Task to carry out
The entries follow. Copy every line in which "with" appears.

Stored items

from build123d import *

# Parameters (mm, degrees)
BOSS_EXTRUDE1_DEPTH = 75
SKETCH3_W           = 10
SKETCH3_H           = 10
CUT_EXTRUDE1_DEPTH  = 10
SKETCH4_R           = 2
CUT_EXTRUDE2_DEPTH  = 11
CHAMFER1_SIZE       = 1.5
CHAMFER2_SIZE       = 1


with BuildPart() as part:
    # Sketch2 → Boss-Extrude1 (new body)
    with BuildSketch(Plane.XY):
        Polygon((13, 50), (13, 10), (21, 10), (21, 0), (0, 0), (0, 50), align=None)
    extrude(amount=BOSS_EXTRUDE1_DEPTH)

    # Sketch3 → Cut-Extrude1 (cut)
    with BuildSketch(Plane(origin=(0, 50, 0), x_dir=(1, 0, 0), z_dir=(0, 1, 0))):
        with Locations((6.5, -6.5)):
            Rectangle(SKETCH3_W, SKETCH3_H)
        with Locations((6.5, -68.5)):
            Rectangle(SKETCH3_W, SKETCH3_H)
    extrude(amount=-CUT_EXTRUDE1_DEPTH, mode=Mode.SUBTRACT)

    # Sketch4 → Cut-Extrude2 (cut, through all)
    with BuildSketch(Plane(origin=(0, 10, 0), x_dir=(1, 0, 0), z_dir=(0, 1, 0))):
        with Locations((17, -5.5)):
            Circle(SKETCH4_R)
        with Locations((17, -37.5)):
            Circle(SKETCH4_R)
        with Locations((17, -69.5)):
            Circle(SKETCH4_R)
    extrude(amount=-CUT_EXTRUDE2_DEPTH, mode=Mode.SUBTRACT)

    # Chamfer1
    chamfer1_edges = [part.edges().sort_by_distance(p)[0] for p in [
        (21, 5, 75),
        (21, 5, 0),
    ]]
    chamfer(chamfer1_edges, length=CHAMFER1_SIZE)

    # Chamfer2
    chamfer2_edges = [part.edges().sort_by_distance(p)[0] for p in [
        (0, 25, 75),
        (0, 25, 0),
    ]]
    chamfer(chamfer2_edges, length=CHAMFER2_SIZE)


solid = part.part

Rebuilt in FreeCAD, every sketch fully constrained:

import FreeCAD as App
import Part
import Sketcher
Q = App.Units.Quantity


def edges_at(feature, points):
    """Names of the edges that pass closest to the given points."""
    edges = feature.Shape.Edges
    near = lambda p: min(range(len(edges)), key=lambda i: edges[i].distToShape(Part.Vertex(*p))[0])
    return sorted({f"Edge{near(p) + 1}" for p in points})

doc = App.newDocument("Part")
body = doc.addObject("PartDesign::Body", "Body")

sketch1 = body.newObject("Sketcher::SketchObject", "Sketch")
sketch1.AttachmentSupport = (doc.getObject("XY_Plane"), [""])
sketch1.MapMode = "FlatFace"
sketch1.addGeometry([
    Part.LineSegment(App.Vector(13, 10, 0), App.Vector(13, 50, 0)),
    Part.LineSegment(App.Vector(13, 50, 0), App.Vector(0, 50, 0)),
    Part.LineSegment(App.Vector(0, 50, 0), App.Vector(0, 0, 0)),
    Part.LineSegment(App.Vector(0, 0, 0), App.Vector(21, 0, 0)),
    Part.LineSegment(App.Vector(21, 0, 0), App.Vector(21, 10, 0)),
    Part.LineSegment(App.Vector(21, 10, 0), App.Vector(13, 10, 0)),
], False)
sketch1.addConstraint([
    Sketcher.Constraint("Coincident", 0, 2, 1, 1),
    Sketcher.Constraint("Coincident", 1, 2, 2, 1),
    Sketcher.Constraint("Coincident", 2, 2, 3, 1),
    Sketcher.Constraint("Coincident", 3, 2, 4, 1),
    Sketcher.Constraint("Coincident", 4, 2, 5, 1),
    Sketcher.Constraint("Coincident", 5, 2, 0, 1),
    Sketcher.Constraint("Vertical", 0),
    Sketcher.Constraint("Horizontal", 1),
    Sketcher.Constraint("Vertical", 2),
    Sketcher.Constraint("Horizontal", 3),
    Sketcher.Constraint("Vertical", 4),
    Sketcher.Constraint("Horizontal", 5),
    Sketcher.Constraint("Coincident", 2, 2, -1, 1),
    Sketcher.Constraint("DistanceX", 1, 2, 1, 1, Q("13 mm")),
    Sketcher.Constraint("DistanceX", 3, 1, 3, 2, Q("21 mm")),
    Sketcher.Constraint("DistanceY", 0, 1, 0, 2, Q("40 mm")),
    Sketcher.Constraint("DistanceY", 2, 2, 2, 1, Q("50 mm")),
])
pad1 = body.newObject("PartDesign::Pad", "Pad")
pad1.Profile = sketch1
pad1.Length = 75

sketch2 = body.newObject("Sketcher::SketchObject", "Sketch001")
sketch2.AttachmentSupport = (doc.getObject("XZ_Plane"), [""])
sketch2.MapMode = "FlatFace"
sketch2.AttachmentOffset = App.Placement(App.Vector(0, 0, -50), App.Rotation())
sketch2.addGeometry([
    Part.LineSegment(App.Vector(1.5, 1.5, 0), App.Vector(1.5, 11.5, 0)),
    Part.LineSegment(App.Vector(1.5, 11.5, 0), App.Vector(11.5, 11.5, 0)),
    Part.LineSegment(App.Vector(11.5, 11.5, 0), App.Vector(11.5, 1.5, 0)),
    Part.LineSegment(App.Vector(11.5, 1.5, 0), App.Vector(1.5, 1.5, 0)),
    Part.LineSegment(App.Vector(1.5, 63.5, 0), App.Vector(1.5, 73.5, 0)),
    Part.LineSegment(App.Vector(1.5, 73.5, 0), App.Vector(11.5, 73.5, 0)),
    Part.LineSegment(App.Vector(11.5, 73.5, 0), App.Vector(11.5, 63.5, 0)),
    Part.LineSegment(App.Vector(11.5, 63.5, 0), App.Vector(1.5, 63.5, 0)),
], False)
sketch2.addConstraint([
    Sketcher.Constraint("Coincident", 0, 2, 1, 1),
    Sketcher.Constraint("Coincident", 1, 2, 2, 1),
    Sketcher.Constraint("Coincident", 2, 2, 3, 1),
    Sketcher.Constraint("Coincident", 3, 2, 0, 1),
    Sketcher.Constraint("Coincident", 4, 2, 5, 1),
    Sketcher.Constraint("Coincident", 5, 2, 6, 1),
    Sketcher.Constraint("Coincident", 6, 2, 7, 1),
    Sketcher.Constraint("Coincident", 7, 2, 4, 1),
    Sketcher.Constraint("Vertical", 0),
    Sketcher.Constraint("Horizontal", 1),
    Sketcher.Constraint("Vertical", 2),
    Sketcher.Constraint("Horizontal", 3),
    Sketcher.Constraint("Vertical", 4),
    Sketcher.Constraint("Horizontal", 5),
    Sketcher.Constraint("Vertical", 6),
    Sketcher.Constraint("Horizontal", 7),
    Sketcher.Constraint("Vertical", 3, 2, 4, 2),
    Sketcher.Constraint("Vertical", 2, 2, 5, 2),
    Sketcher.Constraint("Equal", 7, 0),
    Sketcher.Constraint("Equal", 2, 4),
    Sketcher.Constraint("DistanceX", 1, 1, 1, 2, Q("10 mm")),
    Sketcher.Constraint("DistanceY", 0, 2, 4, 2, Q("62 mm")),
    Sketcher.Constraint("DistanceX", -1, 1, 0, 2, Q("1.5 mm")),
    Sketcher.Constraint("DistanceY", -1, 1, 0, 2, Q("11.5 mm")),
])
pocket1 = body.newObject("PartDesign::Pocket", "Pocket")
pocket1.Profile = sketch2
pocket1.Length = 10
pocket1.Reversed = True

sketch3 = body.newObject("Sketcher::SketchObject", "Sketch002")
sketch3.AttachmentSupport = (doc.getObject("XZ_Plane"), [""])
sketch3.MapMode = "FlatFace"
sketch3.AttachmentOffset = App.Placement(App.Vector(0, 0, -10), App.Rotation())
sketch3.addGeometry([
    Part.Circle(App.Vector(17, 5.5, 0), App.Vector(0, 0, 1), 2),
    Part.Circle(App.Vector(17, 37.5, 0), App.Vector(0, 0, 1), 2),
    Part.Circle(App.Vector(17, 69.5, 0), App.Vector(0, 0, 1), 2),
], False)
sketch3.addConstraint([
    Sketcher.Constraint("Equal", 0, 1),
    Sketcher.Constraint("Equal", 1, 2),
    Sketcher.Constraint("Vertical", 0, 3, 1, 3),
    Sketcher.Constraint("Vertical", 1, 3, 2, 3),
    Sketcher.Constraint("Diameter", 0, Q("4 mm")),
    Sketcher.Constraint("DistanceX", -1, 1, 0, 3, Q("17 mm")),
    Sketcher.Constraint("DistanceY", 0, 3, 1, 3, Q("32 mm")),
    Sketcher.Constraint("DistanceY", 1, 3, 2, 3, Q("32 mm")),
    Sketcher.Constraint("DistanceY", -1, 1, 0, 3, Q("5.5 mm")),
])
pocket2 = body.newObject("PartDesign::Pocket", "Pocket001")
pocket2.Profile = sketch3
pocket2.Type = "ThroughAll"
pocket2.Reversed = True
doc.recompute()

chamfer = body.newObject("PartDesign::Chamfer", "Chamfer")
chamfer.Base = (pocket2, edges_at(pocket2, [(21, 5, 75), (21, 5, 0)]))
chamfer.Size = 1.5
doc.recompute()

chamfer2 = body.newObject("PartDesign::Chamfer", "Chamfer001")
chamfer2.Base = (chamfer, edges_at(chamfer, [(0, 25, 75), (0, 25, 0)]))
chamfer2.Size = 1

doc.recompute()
...
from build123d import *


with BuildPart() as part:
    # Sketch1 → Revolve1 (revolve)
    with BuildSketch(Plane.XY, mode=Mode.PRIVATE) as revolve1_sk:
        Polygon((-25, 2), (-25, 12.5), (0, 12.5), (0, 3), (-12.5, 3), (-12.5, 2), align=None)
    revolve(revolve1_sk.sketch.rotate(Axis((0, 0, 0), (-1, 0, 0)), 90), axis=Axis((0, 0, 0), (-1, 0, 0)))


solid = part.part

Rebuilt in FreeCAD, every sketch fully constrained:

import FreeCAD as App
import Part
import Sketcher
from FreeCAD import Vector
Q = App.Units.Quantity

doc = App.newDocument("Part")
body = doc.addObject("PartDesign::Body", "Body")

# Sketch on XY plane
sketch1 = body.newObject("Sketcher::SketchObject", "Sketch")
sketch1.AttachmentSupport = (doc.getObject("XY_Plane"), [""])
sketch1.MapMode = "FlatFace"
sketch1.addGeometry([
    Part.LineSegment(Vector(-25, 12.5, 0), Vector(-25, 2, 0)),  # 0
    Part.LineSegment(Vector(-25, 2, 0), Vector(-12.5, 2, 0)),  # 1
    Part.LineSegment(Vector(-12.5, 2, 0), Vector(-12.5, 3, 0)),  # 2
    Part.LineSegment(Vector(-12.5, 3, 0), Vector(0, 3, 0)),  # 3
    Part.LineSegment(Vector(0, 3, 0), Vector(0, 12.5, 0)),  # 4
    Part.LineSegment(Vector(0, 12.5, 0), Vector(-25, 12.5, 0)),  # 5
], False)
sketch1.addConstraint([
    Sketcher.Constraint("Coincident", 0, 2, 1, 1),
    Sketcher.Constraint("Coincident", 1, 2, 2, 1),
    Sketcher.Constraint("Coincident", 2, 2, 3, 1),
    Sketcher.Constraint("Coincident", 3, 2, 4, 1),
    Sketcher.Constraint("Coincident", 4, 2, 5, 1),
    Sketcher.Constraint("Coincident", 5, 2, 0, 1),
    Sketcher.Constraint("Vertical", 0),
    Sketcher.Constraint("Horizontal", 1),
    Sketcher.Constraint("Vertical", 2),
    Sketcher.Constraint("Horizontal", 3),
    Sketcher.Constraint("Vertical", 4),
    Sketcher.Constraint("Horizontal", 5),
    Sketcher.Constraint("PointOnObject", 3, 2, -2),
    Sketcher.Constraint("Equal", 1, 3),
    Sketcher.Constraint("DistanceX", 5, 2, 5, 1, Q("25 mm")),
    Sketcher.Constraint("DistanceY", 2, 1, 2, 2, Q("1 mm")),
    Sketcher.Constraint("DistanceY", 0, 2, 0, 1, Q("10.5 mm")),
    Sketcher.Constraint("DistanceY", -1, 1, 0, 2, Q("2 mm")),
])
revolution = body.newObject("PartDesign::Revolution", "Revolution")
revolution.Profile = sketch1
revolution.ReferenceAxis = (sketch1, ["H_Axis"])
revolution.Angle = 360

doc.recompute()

Solved problem
with BuildPart() as part:
    with BuildSketch(Plane.XY):
    with BuildSketch(Plane(origin=(0, 50, 0), x_dir=(1, 0, 0), z_dir=(0, 1, 0))):
        with Locations((6.5, -6.5)):
        with Locations((6.5, -68.5)):
    with BuildSketch(Plane(origin=(0, 10, 0), x_dir=(1, 0, 0), z_dir=(0, 1, 0))):
        with Locations((17, -5.5)):
        with Locations((17, -37.5)):
        with Locations((17, -69.5)):
with BuildPart() as part:
    with BuildSketch(Plane.XY, mode=Mode.PRIVATE) as revolve1_sk:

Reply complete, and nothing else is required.